Business news with Adam Shaw


According to UN reports, the number of children killed in Gaza now stands at 300, which accounts for almost a third of the Palestinians killed in the conflict. Dr Anwar Sheikhalin, Director of Naser Hospital in Gaza and consultant paediatrician, explains the dangers faced by these children, including the risk of death for babies in the ICU when the hospital runs out of electricity in the next 24 hours.

Sports news with Rob Bonnet.


A senior army officer is to look into the circumstances surrounding Prince Harry's use of racist language. The prince has apologised for calling a fellow soldier a "Paki" in a home video he took at Sandhurst in 2006. Home Affairs select committee chairman, Keith Vaz and former Foreign Office minister Rod Richards consider whether these types of nicknames can be justified in army life.

Today's papers.


British film makers have much to celebrate after a night of success at the Golden Globe awards in Los Angeles. Rajesh Mirchandani reports on awards for Slumdog Millionaire and a memorable acceptance speech from actress Kate Winslet.

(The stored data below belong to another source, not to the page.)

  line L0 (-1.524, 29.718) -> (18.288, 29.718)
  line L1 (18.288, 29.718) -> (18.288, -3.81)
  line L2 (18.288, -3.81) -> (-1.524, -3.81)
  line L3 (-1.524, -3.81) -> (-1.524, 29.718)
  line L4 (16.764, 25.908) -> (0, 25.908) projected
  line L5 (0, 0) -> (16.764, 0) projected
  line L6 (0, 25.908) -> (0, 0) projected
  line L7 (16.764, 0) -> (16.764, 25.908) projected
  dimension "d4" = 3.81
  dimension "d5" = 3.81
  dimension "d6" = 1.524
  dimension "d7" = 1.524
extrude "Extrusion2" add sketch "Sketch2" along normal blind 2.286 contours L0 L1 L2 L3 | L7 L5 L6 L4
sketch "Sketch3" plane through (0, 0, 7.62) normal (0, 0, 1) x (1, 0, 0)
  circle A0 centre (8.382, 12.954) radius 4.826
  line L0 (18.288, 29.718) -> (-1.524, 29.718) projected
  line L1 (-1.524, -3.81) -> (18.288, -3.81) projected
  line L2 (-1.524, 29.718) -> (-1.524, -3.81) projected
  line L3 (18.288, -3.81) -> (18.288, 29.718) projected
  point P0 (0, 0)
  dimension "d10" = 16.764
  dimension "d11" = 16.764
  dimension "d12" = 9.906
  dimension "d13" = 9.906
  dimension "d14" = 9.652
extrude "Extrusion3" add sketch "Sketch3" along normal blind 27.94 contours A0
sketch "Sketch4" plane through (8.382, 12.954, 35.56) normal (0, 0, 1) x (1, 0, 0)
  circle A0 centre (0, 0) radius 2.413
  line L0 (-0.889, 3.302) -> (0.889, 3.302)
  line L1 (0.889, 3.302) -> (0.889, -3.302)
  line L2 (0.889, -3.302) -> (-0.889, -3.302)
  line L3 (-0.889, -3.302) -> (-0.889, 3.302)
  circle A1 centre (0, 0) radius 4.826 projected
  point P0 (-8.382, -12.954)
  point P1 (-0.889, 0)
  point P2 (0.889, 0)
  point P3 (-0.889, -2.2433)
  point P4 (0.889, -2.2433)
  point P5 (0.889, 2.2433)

Thought for the day with Clifford Longley


The Israeli Prime Minister, Ehud Olmert, has said that Israel is "nearing" its goals, while in Gaza doctors and aid agencies speak of a humanitarian crisis that is getting worse by the day. Mark Regev, a spokesman for the Israeli Government, explains what Israel's stated goals are and whether they want to demilitarise Hamas or eradicate it.

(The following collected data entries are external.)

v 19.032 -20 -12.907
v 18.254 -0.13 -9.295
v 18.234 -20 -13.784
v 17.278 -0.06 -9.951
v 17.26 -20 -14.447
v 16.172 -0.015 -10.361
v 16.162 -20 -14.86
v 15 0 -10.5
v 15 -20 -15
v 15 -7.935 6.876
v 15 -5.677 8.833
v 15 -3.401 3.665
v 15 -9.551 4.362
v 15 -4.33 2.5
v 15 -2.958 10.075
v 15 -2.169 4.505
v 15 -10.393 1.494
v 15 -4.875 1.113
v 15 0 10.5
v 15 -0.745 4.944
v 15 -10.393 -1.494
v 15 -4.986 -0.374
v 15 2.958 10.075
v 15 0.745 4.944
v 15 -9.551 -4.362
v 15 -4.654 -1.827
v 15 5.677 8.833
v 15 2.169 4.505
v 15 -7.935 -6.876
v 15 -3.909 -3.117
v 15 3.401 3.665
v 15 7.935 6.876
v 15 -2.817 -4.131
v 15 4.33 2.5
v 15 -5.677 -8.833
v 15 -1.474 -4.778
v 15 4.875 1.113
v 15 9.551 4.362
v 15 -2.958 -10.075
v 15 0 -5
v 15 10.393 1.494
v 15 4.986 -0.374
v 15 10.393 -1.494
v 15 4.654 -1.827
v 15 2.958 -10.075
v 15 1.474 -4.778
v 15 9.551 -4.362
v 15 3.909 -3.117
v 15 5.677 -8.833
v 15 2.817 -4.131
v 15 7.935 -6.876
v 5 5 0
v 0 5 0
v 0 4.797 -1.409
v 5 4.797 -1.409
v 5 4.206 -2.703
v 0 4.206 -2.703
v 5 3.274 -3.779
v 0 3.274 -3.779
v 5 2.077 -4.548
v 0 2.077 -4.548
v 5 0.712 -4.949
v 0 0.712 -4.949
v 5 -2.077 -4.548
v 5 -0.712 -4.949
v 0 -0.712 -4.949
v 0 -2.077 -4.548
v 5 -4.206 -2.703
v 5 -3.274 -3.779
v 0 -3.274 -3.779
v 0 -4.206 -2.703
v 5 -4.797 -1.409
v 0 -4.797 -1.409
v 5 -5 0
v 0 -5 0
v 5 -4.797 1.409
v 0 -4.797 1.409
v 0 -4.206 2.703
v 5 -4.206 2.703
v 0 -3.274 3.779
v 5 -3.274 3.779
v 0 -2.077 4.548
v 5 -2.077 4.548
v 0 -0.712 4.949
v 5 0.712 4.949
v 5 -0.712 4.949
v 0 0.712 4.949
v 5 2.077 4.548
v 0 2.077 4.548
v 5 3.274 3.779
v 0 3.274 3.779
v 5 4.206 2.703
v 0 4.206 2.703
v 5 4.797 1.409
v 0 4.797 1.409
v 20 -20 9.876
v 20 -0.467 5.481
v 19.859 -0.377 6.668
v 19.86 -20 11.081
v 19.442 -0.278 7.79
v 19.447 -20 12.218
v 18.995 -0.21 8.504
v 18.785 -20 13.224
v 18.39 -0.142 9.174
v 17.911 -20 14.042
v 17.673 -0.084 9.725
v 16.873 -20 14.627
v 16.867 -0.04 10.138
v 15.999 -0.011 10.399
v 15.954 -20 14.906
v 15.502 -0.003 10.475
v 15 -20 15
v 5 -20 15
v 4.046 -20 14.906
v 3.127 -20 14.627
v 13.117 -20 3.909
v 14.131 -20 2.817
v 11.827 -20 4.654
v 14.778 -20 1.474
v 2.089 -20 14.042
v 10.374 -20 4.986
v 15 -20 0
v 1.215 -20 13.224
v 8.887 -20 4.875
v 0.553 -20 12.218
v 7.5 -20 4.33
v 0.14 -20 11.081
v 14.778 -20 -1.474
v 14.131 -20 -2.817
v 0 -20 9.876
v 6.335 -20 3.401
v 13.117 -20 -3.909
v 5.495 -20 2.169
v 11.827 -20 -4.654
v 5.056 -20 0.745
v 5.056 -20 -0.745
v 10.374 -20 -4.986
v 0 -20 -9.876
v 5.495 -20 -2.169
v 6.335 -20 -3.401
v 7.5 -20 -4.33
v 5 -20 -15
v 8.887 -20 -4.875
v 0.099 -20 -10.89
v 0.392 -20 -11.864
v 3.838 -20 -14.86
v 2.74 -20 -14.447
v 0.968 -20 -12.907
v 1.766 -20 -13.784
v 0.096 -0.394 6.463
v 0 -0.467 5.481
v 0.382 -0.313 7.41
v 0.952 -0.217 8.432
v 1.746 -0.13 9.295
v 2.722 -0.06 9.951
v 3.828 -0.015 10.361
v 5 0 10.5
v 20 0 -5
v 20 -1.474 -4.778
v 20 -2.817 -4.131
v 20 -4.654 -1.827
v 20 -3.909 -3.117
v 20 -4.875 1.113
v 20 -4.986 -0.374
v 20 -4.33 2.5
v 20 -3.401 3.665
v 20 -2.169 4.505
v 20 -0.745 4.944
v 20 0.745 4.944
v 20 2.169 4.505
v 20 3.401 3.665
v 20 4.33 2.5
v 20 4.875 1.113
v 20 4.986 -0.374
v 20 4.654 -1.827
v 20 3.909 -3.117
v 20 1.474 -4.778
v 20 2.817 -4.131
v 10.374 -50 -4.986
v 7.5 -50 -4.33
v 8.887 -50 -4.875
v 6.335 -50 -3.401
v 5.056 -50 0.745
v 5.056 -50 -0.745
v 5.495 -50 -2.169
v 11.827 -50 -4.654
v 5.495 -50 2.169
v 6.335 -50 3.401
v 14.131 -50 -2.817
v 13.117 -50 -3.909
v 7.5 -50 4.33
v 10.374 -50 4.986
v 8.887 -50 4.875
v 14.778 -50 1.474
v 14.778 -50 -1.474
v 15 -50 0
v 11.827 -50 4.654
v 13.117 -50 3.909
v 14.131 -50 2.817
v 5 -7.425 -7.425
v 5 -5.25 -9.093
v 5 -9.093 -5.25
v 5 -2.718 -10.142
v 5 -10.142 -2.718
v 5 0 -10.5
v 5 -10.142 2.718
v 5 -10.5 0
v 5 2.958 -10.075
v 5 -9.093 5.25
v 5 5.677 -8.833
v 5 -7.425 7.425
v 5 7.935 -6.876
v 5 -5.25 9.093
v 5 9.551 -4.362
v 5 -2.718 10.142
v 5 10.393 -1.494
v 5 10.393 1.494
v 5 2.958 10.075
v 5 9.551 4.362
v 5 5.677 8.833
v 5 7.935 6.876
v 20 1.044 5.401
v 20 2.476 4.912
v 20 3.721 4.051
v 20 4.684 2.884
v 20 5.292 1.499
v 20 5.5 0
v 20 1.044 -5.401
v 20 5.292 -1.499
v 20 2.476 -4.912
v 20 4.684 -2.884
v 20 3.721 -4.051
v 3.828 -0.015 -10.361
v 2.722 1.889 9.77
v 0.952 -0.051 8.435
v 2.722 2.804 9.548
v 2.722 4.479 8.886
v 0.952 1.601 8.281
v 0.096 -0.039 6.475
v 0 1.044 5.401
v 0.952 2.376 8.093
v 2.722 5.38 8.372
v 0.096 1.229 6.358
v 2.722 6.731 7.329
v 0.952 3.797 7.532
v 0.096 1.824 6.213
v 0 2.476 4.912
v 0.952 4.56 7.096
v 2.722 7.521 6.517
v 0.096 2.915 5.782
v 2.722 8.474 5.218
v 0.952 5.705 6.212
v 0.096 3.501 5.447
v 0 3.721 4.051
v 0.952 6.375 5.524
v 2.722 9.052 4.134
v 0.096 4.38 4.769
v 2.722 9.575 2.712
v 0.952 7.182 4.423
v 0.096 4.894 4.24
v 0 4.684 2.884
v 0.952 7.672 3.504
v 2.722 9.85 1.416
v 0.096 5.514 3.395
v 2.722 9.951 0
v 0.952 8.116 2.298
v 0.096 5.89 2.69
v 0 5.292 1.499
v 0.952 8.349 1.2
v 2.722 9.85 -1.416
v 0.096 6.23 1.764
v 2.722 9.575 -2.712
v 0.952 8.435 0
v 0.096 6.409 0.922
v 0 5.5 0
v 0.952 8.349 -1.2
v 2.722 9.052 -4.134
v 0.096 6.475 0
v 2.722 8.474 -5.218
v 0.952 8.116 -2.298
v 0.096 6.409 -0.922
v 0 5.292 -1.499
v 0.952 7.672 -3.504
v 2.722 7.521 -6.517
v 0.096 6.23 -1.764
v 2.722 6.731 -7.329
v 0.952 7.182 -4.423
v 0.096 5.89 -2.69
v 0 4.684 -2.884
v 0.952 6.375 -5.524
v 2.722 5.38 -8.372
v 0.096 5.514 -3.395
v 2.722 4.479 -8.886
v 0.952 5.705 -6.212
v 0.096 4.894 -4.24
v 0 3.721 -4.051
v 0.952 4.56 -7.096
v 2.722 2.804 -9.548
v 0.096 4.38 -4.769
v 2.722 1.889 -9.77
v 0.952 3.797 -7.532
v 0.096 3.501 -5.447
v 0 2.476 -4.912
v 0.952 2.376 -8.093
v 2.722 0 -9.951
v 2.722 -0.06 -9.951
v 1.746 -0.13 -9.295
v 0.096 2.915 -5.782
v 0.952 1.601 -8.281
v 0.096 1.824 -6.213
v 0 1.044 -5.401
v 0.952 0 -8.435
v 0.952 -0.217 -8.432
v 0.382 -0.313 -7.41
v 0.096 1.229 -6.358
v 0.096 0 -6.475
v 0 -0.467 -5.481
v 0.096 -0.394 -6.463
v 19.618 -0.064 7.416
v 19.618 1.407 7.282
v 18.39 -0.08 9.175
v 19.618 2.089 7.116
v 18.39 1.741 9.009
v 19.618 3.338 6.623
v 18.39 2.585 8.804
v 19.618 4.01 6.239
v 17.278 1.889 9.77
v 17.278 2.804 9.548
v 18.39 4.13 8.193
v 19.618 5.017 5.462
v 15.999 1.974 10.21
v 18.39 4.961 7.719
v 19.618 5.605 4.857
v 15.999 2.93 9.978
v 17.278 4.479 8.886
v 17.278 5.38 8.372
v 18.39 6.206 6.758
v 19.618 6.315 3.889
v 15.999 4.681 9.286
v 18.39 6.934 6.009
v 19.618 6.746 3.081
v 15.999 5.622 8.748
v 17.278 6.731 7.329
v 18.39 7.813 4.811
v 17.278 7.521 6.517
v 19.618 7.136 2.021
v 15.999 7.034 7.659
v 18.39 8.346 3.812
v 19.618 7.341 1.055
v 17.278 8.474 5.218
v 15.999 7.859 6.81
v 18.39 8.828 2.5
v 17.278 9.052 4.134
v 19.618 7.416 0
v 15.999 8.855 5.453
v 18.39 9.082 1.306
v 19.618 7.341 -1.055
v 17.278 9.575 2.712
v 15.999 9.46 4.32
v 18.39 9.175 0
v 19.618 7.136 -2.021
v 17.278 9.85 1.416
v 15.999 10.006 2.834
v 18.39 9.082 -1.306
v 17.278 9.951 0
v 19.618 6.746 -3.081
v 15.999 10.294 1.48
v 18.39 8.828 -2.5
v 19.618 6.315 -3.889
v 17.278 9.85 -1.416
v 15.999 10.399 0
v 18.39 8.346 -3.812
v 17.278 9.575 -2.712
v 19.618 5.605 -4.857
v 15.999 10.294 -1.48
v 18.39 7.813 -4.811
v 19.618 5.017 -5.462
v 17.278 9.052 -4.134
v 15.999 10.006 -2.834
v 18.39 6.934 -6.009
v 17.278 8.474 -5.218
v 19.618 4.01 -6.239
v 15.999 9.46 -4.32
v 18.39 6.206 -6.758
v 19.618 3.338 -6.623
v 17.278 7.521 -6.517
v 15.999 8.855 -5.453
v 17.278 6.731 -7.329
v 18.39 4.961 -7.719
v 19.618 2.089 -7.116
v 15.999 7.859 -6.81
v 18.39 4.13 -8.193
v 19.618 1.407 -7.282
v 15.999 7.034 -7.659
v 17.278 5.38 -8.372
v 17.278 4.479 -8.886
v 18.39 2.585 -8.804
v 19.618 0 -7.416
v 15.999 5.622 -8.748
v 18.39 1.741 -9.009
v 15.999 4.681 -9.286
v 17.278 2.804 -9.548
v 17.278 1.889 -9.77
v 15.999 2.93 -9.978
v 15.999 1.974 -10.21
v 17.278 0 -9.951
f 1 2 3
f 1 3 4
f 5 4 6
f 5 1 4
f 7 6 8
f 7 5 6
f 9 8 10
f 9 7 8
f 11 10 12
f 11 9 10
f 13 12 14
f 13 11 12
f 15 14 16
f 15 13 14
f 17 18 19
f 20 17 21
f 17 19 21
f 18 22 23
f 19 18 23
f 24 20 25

Unemployment is on the rise in the UK, with one prediction suggesting that more than three million people could be unemployed by 2010, an increase of more than a million from current levels. As Gordon Brown holds a jobs summit in an attempt halt the trend, work and pensions secretary James Purnell explains what the government intends to do to get the unemployed back to work.


With the release of Frost/Nixon, Che and Valkyrie, historical films are set for box office success, but are important events being reinterpreted in the process? Dr Saul David, professor of war studies at Buckingham University and Nick Fraser, editor of the Storyville documentary series on BBC4, debate what happens when history and entertainment meet.


Motown records was founded by Berry Gordy 50 years ago. It went on to have a string of number one hits and launch the careers of stars including Marvin Gaye, Stevie Wonder, Diana Ross and Michael Jackson. Correspondent James Coomarasamy has been to Detroit to speak to some of those who were there at the beginning of Motown's half century.

Sports news with Rob Bonnet.


Is the job of Middle East envoy Tony Blair being circumscribed by the fact that he cannot talk to Hamas? Former senior British diplomat Sir Jeremy Greenstock, who has made direct contact with Hamas as part of his work with the charity Forward Thinking, discusses what can be gained from talking to the militant Islamic organisation.

The business news with Adam Shaw.


Both Gordon Brown and David Cameron are to give speeches on the economic crisis. Political editor Nick Robinson examines the latest arguments in the politics of the recession.


In the wake of the Baby P case in Haringey, the BBC has learnt that an independent investigation is to be launched into children's services at Doncaster Council after serious case reviews were ordered into the deaths of seven children in the area. Jenny Hill reports from outside the council headquarters.


A night to remember for British film Slumdog Millionaire, an acceptance speech to remember from British actress Kate Winslet and a lifetime achievement award for Steven Spielberg. Peter Bowes reports from this year's Golden Globes awards in Los Angeles.


The government's jobs summit is expected to announce a push for job creation in the environmental services. Adrian Wilkes, chairman of the Environmental Industries Commission and Geoffrey Wood, professor of economics at Cass Business School, debate whether "green collar jobs" offer a solution to the current economic crisis.